The son of a Burmese father and English mother, he grew up in Rossmoyne struggling to fit into either the European community, or its small but growing Asian population.

• Author Khin Myint’s first book Fragile Creatures will be launched in Fremantle this week.
It was the era of notorious racist Jack van Tongeren, whose firebombing of the Man Lin restaurant in Karawara sparked fear across the city; the son of the Chan family who were the victims of the attack was a fellow Rossmoyne student.
Myint presents a searing account of the terrifying bullying he and others faced during that tense era, and while he says Perth has come a long way, he still sees racism around him.
“Racism in Fremantle is not overt, in my experience as a 40-something, mixed-race guy, but it’s definitely there.
“When I want to talk about race, ideas around race or racial identity, I often feel it’s not a welcome conversation here.”
The book also delves into mental health, with Myint’s sister Theda’s looming suicide a pervading theme.

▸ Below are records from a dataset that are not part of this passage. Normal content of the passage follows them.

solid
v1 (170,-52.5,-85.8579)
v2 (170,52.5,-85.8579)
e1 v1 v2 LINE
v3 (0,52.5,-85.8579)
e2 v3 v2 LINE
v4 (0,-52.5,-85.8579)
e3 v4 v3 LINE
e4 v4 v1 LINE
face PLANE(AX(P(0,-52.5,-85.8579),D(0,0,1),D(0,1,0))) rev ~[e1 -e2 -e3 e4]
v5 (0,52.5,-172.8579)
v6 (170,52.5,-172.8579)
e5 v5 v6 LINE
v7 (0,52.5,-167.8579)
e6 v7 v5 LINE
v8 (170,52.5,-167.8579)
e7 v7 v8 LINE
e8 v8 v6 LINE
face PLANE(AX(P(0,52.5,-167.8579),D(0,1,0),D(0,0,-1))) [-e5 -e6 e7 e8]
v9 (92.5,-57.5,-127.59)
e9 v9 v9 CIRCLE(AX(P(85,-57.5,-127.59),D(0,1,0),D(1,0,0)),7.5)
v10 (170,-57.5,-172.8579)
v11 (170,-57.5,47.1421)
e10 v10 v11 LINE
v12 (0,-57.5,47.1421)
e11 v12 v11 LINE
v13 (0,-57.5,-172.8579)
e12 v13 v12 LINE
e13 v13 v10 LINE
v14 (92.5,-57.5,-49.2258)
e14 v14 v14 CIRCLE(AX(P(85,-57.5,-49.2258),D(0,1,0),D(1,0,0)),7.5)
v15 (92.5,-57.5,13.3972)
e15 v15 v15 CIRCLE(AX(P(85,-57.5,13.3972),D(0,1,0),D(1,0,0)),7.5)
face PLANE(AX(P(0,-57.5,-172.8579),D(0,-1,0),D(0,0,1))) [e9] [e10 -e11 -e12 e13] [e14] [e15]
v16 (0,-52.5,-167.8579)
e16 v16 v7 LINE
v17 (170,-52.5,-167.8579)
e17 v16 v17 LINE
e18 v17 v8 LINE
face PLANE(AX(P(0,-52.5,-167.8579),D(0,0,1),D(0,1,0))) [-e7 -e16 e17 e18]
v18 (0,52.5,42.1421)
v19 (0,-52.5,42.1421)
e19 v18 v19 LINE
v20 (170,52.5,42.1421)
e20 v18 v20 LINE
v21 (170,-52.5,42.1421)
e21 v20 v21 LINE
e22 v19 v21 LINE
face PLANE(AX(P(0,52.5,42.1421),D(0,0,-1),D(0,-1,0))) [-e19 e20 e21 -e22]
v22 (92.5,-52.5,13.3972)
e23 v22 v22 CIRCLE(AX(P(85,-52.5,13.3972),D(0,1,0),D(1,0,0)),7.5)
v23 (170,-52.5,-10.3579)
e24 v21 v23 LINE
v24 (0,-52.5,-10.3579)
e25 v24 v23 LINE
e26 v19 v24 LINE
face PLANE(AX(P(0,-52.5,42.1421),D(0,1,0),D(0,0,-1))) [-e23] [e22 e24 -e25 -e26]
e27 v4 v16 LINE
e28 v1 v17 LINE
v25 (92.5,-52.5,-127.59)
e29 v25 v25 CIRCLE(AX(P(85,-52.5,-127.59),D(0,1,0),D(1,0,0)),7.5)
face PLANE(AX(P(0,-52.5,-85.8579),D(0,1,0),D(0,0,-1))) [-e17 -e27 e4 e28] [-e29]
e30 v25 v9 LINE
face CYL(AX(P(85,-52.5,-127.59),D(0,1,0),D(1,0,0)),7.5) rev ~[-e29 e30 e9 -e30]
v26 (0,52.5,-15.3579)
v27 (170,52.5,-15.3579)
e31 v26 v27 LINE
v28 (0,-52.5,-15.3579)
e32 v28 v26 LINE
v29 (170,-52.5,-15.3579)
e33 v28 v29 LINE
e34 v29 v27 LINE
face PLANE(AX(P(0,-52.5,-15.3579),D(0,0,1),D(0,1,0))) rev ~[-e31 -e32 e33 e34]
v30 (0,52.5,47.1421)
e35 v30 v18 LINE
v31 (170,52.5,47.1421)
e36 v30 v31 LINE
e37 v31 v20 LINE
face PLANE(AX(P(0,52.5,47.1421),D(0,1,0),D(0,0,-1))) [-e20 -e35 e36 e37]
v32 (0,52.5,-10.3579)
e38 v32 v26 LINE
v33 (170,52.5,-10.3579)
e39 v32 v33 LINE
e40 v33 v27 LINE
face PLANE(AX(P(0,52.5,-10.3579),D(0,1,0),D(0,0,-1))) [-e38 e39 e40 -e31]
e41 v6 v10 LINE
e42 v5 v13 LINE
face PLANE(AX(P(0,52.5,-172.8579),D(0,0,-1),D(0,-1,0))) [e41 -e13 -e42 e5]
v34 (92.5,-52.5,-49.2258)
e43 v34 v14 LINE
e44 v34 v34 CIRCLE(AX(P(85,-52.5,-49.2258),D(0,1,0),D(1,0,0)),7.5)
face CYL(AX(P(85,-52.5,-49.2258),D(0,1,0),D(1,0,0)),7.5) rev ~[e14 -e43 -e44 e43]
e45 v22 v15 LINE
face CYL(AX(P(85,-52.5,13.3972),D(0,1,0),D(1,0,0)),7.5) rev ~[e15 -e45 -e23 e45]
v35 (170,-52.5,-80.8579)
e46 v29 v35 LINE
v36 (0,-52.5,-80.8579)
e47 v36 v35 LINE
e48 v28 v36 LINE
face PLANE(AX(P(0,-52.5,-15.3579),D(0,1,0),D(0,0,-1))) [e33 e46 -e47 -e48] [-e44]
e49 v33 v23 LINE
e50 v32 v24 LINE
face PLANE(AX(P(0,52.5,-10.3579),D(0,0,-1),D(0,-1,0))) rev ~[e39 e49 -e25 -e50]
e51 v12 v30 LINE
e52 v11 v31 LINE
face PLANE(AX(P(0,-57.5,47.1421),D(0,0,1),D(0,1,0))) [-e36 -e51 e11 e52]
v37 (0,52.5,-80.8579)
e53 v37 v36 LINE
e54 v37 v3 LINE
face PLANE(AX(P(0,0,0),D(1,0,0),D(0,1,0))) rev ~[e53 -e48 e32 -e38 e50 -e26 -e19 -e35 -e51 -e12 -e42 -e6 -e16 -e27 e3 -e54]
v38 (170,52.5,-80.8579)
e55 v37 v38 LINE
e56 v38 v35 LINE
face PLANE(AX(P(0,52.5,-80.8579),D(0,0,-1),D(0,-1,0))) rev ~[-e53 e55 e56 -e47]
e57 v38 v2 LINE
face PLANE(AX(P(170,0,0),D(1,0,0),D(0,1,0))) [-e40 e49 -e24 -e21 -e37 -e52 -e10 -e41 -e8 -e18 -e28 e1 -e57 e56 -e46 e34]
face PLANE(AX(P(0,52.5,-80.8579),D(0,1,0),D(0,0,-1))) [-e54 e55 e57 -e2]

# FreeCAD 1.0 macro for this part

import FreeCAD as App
import Part
import Sketcher

V = App.Vector
Q = App.Units.Quantity


def add_polygon(sketch, points):
    """Adds a closed chain of lines whose ends are joined by coincident constraints."""
    first, n = sketch.GeometryCount, len(points)
    for a, b in zip(points, points[1:] + points[:1]):
        sketch.addGeometry(Part.LineSegment(App.Vector(*a, 0), App.Vector(*b, 0)), False)
    for i in range(n):
        sketch.addConstraint(Sketcher.Constraint("Coincident", first + i, 2, first + (i + 1) % n, 1))

doc = App.newDocument("Part")
params = doc.addObject("Spreadsheet::Sheet", "Params")
for row, (alias, value) in enumerate([
    ("sketch1_height", "5 mm"),
    ("sketch1_height2", "82 mm"),
    ("sketch1_height3", "65.5 mm"),
    ("sketch1_height4", "52.5 mm"),
    ("pad1_length", "170 mm"),
    ("sketch2_diameter", "15 mm"),
    ("pocket1_length", "5 mm"),
], start=1):
    params.set(f"A{row}", alias)
    params.set(f"B{row}", "=" + value)
    params.setAlias(f"B{row}", alias)

body = doc.addObject("PartDesign::Body", "Body")

# Sketch on YZ plane
sketch1 = body.newObject("Sketcher::SketchObject", "Sketch")
sketch1.AttachmentSupport = (doc.getObject("YZ_Plane"), [""])
sketch1.MapMode = "FlatFace"
add_polygon(sketch1, [(52, 47), (-58, 47), (-58, -173), (52, -173), (52, -168), (-52, -168), (-52, -86), (52, -86), (52, -81), (-52, -81), (-52, -15), (52, -15), (52, -10), (-52, -10), (-52, 42), (52, 42)])  # lines 0-15
sketch1.addConstraint(Sketcher.Constraint("Horizontal", 0))
sketch1.addConstraint(Sketcher.Constraint("Vertical", 1))
sketch1.addConstraint(Sketcher.Constraint("Horizontal", 2))
sketch1.addConstraint(Sketcher.Constraint("Vertical", 3))
sketch1.addConstraint(Sketcher.Constraint("Horizontal", 4))
sketch1.addConstraint(Sketcher.Constraint("Vertical", 5))
sketch1.addConstraint(Sketcher.Constraint("Horizontal", 6))
sketch1.addConstraint(Sketcher.Constraint("Vertical", 7))
sketch1.addConstraint(Sketcher.Constraint("Horizontal", 8))
sketch1.addConstraint(Sketcher.Constraint("Vertical", 9))
sketch1.addConstraint(Sketcher.Constraint("Horizontal", 10))
sketch1.addConstraint(Sketcher.Constraint("Vertical", 11))
sketch1.addConstraint(Sketcher.Constraint("Horizontal", 12))
sketch1.addConstraint(Sketcher.Constraint("Vertical", 13))
sketch1.addConstraint(Sketcher.Constraint("Horizontal", 14))
sketch1.addConstraint(Sketcher.Constraint("Vertical", 15))
sketch1.addConstraint(Sketcher.Constraint("Vertical", 3, 2, 6, 2))
sketch1.addConstraint(Sketcher.Constraint("Vertical", 5, 2, 8, 2))
sketch1.addConstraint(Sketcher.Constraint("Vertical", 7, 2, 10, 2))
sketch1.addConstraint(Sketcher.Constraint("Vertical", 9, 2, 12, 2))
sketch1.addConstraint(Sketcher.Constraint("Vertical", 11, 2, 14, 2))
sketch1.addConstraint(Sketcher.Constraint("Equal", 3, 7))
sketch1.addConstraint(Sketcher.Constraint("Equal", 7, 11))
sketch1.addConstraint(Sketcher.Constraint("Equal", 11, 15))
sketch1.addConstraint(Sketcher.Constraint("DistanceY", 3, 1, 3, 2, Q("5 mm")))
sketch1.addConstraint(Sketcher.Constraint("DistanceY", 5, 1, 5, 2, Q("82 mm")))
sketch1.addConstraint(Sketcher.Constraint("DistanceY", 9, 1, 9, 2, Q("65.5 mm")))
sketch1.addConstraint(Sketcher.Constraint("DistanceY", 13, 1, 13, 2, Q("52.5 mm")))
sketch1.addConstraint(Sketcher.Constraint("DistanceX", 1, 2, 4, 2, Q("5 mm")))
sketch1.addConstraint(Sketcher.Constraint("DistanceX", -1, 1, 2, 2, Q("52.5 mm")))
sketch1.addConstraint(Sketcher.Constraint("DistanceX", 4, 2, -1, 1, Q("52.5 mm")))
sketch1.addConstraint(Sketcher.Constraint("DistanceY", -1, 1, 0, 2, Q("47.142 mm")))
sketch1.setExpression("Constraints[40]", "Params.sketch1_height")
sketch1.setExpression("Constraints[41]", "Params.sketch1_height2")
sketch1.setExpression("Constraints[42]", "Params.sketch1_height3")
sketch1.setExpression("Constraints[43]", "Params.sketch1_height4")
pad1 = body.newObject("PartDesign::Pad", "Pad")
pad1.Profile = sketch1
pad1.setExpression("Length", "Params.pad1_length")

# Sketch on XZ plane
sketch2 = body.newObject("Sketcher::SketchObject", "Sketch001")
sketch2.AttachmentSupport = (doc.getObject("XZ_Plane"), [""])
sketch2.MapMode = "FlatFace"
sketch2.AttachmentOffset = App.Placement(V(0, 0, 52.5), App.Rotation())
sketch2.addGeometry(Part.Circle(V(85, -128, 0), V(0, 0, 1), 8), False)
sketch2.addGeometry(Part.Circle(V(85, -49, 0), V(0, 0, 1), 8), False)
sketch2.addGeometry(Part.Circle(V(85, 13, 0), V(0, 0, 1), 8), False)
sketch2.addConstraint(Sketcher.Constraint("Equal", 0, 1))
sketch2.addConstraint(Sketcher.Constraint("Equal", 1, 2))
sketch2.addConstraint(Sketcher.Constraint("Vertical", 0, 3, 1, 3))
sketch2.addConstraint(Sketcher.Constraint("Vertical", 1, 3, 2, 3))
sketch2.addConstraint(Sketcher.Constraint("Diameter", 0, Q("15 mm")))
sketch2.addConstraint(Sketcher.Constraint("DistanceX", -1, 1, 0, 3, Q("85 mm")))
sketch2.addConstraint(Sketcher.Constraint("DistanceY", 0, 3, -1, 1, Q("127.59 mm")))
sketch2.addConstraint(Sketcher.Constraint("DistanceY", 1, 3, 2, 3, Q("62.623 mm")))
sketch2.addConstraint(Sketcher.Constraint("DistanceY", 1, 3, -1, 1, Q("49.2258 mm")))
sketch2.setExpression("Constraints[4]", "Params.sketch2_diameter")
pocket1 = body.newObject("PartDesign::Pocket", "Pocket")
pocket1.Profile = sketch2
pocket1.setExpression("Length", "Params.pocket1_length")
pocket1.Reversed = True

doc.recompute()
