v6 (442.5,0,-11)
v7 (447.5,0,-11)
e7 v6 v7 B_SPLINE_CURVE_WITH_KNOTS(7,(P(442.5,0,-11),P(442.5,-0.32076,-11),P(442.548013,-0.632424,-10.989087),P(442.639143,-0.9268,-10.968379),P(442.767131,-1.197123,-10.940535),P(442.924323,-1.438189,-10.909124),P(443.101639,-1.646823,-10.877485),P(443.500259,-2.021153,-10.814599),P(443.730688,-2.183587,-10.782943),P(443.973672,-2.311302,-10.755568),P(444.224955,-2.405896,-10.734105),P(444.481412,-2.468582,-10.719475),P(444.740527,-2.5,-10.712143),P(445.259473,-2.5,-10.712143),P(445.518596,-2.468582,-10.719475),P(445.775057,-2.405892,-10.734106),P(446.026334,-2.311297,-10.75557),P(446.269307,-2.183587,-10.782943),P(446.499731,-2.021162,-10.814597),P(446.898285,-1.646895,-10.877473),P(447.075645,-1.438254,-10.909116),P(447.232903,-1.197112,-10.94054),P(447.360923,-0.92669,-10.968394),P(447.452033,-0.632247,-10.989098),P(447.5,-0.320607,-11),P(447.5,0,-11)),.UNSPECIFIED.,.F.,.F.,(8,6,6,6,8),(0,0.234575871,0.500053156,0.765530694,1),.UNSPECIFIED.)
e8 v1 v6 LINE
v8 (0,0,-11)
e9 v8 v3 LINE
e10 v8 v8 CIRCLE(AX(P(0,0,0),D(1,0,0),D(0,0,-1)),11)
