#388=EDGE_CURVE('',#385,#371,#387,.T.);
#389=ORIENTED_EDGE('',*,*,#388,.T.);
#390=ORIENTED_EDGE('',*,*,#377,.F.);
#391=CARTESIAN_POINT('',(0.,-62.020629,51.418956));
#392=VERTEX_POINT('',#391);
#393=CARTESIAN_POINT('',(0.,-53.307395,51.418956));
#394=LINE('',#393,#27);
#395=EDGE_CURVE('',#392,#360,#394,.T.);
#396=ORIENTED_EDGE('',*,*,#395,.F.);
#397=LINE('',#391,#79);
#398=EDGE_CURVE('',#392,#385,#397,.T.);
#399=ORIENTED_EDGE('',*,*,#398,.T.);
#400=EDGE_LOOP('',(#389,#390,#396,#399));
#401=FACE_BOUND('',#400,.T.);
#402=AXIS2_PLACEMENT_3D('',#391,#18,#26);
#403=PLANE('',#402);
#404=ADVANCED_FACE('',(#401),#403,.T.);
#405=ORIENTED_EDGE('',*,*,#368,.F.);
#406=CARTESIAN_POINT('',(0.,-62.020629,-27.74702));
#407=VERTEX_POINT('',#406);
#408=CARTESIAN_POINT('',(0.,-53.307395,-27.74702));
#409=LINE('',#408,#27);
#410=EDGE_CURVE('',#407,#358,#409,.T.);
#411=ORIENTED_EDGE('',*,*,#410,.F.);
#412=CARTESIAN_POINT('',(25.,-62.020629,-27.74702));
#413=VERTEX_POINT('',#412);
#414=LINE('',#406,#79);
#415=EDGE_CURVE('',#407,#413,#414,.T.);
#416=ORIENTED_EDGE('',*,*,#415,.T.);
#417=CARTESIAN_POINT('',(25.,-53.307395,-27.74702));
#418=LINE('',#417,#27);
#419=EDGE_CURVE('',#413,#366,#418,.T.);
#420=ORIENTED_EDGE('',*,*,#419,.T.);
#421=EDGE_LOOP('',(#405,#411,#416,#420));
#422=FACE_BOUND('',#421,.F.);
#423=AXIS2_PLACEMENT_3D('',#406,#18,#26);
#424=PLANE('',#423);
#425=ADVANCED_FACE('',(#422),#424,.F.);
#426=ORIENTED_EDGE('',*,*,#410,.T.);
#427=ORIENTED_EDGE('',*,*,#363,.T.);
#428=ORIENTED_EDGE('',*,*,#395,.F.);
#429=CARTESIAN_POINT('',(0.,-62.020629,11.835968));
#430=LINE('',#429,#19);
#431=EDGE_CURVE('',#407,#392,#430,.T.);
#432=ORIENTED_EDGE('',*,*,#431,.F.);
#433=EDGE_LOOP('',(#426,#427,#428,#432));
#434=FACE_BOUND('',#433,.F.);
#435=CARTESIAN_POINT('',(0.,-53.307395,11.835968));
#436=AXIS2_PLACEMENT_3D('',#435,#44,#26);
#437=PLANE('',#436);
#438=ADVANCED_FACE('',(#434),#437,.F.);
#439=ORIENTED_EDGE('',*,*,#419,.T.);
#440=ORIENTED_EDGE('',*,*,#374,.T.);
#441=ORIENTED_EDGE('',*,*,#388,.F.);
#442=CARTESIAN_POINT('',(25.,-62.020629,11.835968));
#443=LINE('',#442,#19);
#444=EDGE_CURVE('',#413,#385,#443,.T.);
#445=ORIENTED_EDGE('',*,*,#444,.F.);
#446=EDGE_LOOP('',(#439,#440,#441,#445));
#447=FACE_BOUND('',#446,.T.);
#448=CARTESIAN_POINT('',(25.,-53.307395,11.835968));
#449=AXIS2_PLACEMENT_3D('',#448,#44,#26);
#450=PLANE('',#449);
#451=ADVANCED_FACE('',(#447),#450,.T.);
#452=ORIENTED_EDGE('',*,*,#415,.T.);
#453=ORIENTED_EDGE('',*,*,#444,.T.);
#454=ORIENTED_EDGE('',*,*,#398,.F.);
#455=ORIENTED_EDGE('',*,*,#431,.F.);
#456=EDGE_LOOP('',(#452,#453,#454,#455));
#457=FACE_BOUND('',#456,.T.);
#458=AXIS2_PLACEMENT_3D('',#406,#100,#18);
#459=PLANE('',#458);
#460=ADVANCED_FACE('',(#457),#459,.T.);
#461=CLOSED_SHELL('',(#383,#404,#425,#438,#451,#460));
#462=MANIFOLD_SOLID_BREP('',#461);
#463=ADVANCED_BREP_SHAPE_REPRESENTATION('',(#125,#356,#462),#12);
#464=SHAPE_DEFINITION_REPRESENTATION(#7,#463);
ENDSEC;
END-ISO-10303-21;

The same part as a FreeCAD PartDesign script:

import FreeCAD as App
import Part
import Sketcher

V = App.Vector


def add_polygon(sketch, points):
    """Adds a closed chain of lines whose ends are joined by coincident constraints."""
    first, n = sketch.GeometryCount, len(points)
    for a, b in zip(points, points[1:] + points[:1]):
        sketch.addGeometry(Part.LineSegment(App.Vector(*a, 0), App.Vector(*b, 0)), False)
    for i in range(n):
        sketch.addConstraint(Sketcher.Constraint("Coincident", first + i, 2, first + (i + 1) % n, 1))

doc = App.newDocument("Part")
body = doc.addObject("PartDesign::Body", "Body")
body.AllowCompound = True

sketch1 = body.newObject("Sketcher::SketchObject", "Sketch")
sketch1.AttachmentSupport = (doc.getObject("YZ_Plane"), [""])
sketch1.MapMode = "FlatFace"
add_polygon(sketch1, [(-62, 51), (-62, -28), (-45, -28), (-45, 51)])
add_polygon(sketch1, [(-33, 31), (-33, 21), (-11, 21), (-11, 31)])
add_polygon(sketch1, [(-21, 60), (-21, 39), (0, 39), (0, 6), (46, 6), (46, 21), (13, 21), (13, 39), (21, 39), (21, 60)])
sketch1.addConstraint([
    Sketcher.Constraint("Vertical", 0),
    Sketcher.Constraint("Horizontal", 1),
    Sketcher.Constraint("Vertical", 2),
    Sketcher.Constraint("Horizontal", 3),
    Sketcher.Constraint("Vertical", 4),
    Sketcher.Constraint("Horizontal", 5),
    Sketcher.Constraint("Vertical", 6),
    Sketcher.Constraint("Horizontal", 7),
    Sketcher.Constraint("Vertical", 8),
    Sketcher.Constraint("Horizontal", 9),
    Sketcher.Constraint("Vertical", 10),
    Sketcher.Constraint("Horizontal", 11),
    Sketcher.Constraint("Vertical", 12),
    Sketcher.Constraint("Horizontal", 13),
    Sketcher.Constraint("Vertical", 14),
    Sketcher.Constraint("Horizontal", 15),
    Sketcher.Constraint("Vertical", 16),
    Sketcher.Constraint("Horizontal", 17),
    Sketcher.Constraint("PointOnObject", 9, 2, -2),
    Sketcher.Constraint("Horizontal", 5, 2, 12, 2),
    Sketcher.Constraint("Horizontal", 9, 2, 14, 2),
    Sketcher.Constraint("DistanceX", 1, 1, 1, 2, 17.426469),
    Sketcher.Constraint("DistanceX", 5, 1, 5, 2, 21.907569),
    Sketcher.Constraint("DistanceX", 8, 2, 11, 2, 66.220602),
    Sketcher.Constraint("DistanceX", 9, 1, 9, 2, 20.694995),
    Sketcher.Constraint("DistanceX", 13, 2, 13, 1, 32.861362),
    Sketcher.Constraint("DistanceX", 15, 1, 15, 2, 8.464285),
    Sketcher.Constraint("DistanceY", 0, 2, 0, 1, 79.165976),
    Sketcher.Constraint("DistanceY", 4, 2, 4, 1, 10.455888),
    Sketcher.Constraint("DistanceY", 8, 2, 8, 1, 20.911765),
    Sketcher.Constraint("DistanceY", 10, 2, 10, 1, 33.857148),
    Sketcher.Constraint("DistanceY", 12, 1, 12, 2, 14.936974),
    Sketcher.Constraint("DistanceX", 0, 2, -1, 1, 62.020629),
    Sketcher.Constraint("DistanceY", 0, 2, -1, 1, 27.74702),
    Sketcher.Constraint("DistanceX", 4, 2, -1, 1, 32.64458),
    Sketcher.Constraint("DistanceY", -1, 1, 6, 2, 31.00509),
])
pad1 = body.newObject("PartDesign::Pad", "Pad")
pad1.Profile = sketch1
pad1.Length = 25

His family, the medical establishment and the alternative healers were split on whether her illness was wholly mental or wholly physical, and he says one of the aims of the book is to challenge readers to look at a middle ground.
“I want them to remember in their own lives, and think about in their own lives, how the culture that we that we live in, that we swim in, defines how we look at the things around us and look at other people, and how there can be a lot of a lack of nuance in how we see other people.
“The culture encourages us to think in stereotypes, to think in binaries – for example, binaries around the illness.”
Myint also wants a more critical look at masculinity, arguing that there are contrary notions of how young men in particular are supposed to behave.
He says it’s largely boys and men being pulled towards the right, and he fears that’s in part from the left constantly telling them they’re the problem.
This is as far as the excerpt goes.